**TASK STATEMENT:** The string "VECTOR" may appear in lines of the listing. Report each line where it does.

**RECORD EXTRACTS:**
+===+

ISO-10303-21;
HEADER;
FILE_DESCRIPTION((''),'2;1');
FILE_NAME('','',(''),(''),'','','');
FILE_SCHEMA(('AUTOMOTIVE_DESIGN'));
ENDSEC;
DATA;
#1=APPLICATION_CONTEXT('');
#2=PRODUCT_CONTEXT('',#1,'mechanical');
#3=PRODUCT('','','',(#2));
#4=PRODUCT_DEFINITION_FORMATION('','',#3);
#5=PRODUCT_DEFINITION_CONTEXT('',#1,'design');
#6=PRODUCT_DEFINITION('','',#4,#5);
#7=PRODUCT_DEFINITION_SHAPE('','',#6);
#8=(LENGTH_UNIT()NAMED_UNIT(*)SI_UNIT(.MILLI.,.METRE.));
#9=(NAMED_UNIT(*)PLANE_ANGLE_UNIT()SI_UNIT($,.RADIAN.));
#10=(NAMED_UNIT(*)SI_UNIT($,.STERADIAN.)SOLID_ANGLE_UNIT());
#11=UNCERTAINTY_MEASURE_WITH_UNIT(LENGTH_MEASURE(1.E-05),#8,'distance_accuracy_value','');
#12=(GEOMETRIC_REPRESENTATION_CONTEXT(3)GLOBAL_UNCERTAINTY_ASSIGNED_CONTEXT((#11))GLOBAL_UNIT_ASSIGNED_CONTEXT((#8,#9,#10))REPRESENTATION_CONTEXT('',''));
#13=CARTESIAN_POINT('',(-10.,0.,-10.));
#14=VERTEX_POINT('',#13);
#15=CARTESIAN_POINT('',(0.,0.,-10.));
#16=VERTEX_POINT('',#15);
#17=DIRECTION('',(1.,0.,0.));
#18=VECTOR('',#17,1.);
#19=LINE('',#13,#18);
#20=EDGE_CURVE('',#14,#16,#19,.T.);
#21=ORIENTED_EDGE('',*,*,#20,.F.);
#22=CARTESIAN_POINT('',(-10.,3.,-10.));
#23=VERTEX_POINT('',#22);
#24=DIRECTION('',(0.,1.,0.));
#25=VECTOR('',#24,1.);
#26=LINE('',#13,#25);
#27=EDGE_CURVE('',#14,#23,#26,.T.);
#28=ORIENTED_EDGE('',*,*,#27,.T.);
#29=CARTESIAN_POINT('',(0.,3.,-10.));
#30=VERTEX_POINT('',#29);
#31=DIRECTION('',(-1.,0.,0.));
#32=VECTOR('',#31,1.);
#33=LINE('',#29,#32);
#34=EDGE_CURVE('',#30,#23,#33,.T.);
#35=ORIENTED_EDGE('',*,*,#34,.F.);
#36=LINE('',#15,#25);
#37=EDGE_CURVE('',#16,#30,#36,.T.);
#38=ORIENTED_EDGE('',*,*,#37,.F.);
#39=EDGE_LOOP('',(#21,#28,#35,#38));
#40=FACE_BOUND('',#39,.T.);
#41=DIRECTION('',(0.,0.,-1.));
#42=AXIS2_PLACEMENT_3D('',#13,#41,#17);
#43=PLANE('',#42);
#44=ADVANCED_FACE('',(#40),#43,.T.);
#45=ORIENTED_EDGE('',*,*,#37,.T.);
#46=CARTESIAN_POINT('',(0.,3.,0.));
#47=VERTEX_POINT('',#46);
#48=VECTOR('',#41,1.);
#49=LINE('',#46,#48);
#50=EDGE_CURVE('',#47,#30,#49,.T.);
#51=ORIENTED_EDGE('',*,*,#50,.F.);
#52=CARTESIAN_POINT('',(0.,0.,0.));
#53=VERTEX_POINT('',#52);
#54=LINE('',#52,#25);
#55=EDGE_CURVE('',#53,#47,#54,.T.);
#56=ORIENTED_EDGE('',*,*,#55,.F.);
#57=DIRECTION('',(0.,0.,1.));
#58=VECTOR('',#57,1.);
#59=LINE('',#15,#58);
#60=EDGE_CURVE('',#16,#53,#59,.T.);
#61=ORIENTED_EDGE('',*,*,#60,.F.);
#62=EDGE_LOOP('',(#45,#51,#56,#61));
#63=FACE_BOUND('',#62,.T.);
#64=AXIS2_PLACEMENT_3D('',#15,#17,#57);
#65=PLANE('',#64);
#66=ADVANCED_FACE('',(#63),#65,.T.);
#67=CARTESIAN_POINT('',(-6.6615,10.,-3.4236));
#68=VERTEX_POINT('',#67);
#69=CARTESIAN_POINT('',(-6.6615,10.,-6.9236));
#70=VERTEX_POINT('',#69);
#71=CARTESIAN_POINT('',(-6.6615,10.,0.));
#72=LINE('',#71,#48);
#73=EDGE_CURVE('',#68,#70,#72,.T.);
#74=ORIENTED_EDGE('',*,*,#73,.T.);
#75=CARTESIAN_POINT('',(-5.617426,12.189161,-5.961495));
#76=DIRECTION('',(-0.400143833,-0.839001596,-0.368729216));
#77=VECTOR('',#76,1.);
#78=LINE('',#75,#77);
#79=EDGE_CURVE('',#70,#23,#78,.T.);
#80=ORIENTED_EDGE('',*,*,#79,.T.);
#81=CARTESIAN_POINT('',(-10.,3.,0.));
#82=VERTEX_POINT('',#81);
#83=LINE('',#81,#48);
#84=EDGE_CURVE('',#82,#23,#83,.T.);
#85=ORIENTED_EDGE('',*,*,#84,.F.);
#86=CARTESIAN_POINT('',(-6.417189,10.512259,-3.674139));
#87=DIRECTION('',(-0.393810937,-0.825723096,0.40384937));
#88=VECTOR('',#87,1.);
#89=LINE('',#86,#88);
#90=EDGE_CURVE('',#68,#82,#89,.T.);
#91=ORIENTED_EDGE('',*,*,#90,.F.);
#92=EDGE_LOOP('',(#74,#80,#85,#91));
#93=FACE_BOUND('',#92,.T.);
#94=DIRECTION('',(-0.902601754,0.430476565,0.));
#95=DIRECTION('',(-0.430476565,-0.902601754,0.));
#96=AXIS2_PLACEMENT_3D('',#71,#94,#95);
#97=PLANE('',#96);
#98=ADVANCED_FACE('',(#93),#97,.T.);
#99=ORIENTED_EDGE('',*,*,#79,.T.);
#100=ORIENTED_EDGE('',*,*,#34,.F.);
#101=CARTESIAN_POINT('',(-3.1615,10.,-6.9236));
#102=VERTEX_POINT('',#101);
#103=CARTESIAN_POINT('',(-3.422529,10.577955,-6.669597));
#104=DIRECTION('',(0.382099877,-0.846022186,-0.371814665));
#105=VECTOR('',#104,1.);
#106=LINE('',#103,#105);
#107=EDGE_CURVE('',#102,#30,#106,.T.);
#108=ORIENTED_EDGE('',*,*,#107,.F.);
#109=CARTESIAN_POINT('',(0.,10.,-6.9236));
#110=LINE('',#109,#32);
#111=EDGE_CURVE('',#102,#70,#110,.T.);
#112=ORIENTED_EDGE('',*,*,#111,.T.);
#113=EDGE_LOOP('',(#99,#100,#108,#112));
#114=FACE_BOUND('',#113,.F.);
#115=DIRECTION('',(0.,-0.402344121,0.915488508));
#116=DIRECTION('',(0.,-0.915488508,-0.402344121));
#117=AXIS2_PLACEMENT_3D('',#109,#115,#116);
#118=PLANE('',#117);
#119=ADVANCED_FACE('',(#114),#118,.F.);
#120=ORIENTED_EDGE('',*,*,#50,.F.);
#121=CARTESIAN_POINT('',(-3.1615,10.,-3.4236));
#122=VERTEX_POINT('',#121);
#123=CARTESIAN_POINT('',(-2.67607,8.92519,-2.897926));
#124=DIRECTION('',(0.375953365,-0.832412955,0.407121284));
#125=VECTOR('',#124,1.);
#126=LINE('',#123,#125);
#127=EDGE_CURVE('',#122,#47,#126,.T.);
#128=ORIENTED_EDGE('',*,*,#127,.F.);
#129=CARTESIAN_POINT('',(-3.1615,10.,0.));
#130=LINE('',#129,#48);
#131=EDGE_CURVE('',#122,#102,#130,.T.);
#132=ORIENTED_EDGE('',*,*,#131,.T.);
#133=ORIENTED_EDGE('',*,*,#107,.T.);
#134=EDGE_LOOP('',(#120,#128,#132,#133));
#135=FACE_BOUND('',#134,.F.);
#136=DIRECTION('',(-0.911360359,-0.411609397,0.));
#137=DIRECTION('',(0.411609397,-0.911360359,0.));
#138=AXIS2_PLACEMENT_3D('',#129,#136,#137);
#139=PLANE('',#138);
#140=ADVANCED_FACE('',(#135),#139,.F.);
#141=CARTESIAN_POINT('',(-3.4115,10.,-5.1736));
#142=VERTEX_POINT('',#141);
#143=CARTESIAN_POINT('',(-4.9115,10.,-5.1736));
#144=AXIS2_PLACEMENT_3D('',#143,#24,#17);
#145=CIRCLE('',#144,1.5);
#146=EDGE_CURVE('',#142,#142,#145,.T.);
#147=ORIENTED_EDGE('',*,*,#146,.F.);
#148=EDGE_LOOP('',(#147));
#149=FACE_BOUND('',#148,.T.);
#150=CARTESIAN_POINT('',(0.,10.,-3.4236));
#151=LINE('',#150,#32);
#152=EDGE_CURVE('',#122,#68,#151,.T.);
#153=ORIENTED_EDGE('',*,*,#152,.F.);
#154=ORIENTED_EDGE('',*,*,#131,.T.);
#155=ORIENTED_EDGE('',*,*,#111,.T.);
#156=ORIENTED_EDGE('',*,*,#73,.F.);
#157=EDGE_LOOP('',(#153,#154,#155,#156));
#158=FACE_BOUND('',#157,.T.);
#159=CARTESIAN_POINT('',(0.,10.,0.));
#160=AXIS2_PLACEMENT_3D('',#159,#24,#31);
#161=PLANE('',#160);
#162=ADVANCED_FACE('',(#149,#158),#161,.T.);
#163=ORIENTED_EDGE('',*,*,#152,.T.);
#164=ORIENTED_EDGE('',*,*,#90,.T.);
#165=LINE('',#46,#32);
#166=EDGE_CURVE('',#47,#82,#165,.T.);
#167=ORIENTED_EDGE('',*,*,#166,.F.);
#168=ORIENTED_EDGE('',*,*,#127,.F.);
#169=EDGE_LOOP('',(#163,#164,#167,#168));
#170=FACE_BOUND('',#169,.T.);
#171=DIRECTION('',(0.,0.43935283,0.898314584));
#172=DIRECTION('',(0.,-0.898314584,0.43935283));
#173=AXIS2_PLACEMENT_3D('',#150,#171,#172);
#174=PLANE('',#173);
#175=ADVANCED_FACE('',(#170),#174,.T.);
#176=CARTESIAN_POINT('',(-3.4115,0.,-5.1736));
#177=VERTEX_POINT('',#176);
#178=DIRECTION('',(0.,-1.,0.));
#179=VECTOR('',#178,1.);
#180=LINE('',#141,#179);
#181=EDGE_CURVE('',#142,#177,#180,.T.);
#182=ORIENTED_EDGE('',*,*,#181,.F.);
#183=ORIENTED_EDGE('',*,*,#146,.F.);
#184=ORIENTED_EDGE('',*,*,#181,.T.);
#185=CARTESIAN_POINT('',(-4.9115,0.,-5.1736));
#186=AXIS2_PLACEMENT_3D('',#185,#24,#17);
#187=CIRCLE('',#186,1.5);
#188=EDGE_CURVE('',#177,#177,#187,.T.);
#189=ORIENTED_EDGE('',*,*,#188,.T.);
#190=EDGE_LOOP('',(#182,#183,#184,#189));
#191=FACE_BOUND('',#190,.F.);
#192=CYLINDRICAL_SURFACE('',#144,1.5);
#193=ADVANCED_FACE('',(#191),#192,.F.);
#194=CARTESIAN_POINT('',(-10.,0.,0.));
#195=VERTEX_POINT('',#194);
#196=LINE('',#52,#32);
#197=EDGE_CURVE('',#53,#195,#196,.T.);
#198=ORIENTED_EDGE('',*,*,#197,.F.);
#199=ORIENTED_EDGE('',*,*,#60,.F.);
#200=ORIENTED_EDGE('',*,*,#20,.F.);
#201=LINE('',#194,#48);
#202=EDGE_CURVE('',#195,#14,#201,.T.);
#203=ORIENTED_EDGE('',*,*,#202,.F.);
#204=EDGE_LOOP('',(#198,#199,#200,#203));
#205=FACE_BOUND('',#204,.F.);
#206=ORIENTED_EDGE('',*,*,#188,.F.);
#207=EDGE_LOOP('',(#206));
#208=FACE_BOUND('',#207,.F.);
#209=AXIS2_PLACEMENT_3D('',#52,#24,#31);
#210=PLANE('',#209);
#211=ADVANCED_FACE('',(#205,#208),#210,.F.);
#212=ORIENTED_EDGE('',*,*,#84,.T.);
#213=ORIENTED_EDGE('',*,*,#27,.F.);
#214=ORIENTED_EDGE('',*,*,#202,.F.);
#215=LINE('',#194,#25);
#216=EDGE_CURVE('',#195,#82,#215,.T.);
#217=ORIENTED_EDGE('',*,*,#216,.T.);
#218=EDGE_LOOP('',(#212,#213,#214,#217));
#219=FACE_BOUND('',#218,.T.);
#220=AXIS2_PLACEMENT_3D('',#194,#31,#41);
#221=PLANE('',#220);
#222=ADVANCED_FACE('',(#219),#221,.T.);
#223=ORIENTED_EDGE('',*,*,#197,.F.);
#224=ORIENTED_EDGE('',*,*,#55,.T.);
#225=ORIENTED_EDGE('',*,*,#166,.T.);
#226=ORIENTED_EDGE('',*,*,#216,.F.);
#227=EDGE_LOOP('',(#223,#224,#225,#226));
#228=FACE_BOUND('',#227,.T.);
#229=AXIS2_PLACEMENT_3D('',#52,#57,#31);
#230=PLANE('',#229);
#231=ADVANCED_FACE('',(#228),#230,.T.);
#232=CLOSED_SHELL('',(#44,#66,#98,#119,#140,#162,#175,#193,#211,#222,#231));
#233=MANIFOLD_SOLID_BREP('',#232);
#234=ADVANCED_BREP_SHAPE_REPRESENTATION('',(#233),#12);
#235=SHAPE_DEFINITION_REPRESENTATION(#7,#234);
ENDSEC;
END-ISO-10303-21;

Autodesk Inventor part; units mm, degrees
ref_plane "YZ Plane" through (0, 0, 0) normal (1, 0, 0) x (0, 1, 0)
ref_plane "XZ Plane" through (0, 0, 0) normal (0, 1, 0) x (-1, 0, 0)
ref_plane "XY Plane" through (0, 0, 0) normal (0, 0, 1) x (1, 0, 0)
sketch "Sketch3" plane through (0, 0, 0) normal (0, 1, 0) x (-1, 0, 0)
  line L0 (10, 0) -> (10, -10)
  line L1 (10, -10) -> (0, -10)
  line L2 (0, -10) -> (0, 0)
  line L3 (0, 0) -> (10, 0)
  dimension "d0" = 10
  dimension "d1" = 10
extrude "Extrusion1" add sketch "Sketch3" along normal blind 10
sketch "Sketch4" plane through (0, 0, 0) normal (1, 0, 0) x (0, 0, -1)
  line L0 (10, 10) -> (0, 10) projected
  line L1 (3.4236, 10) -> (0, 3)
  line L2 (0, 0) -> (0, 10) projected
  line L3 (6.9236, 10) -> (10, 3)
  line L4 (10, 0) -> (10, 10) projected
  line L5 (3.4236, 10) -> (6.9236, 10)
  dimension "d4" = 3.5
  dimension "d5" = 7
  dimension "d6" = 7
extrude "Extrusion2" cut sketch "Sketch4" against normal blind 10
sketch "Sketch6" plane through (-10, 0, 0) normal (0, 0, 1) x (1, 0, 0)
  line L0 (0, 10) -> (10, 10) projected
  line L1 (3.3385, 10) -> (0, 3)
  line L2 (0, 3) -> (0, 10) projected
  line L3 (3.3385, 10) -> (6.8385, 10)
  line L4 (6.8385, 10) -> (10, 3)
  line L5 (10, 10) -> (10, 3) projected
  point P0 (10, 0)
  dimension "d12" = 3.5
  dimension "d13" = 7
  dimension "d14" = 7
extrude "Extrusion3" cut sketch "Sketch6" against normal blind 10
sketch "Sketch7" plane through (0, 10, 0) normal (0, 1, 0) x (1, 0, 0)
  circle A0 centre (-4.9115, 5.1736) radius 1.5
  line L0 (-6.6615, 3.4236) -> (-3.1615, 3.4236) projected
  point P0 (0, 0)
  dimension "d17" = 1.75
  dimension "d18" = 3
extrude "Extrusion4" cut sketch "Sketch7" against normal blind 10
properties part number "Stand"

+===+

**FINAL ANSWER:**
#18=VECTOR('',#17,1.);
#25=VECTOR('',#24,1.);
#32=VECTOR('',#31,1.);
#48=VECTOR('',#41,1.);
#58=VECTOR('',#57,1.);
#77=VECTOR('',#76,1.);
#88=VECTOR('',#87,1.);
#105=VECTOR('',#104,1.);
#125=VECTOR('',#124,1.);
#179=VECTOR('',#178,1.);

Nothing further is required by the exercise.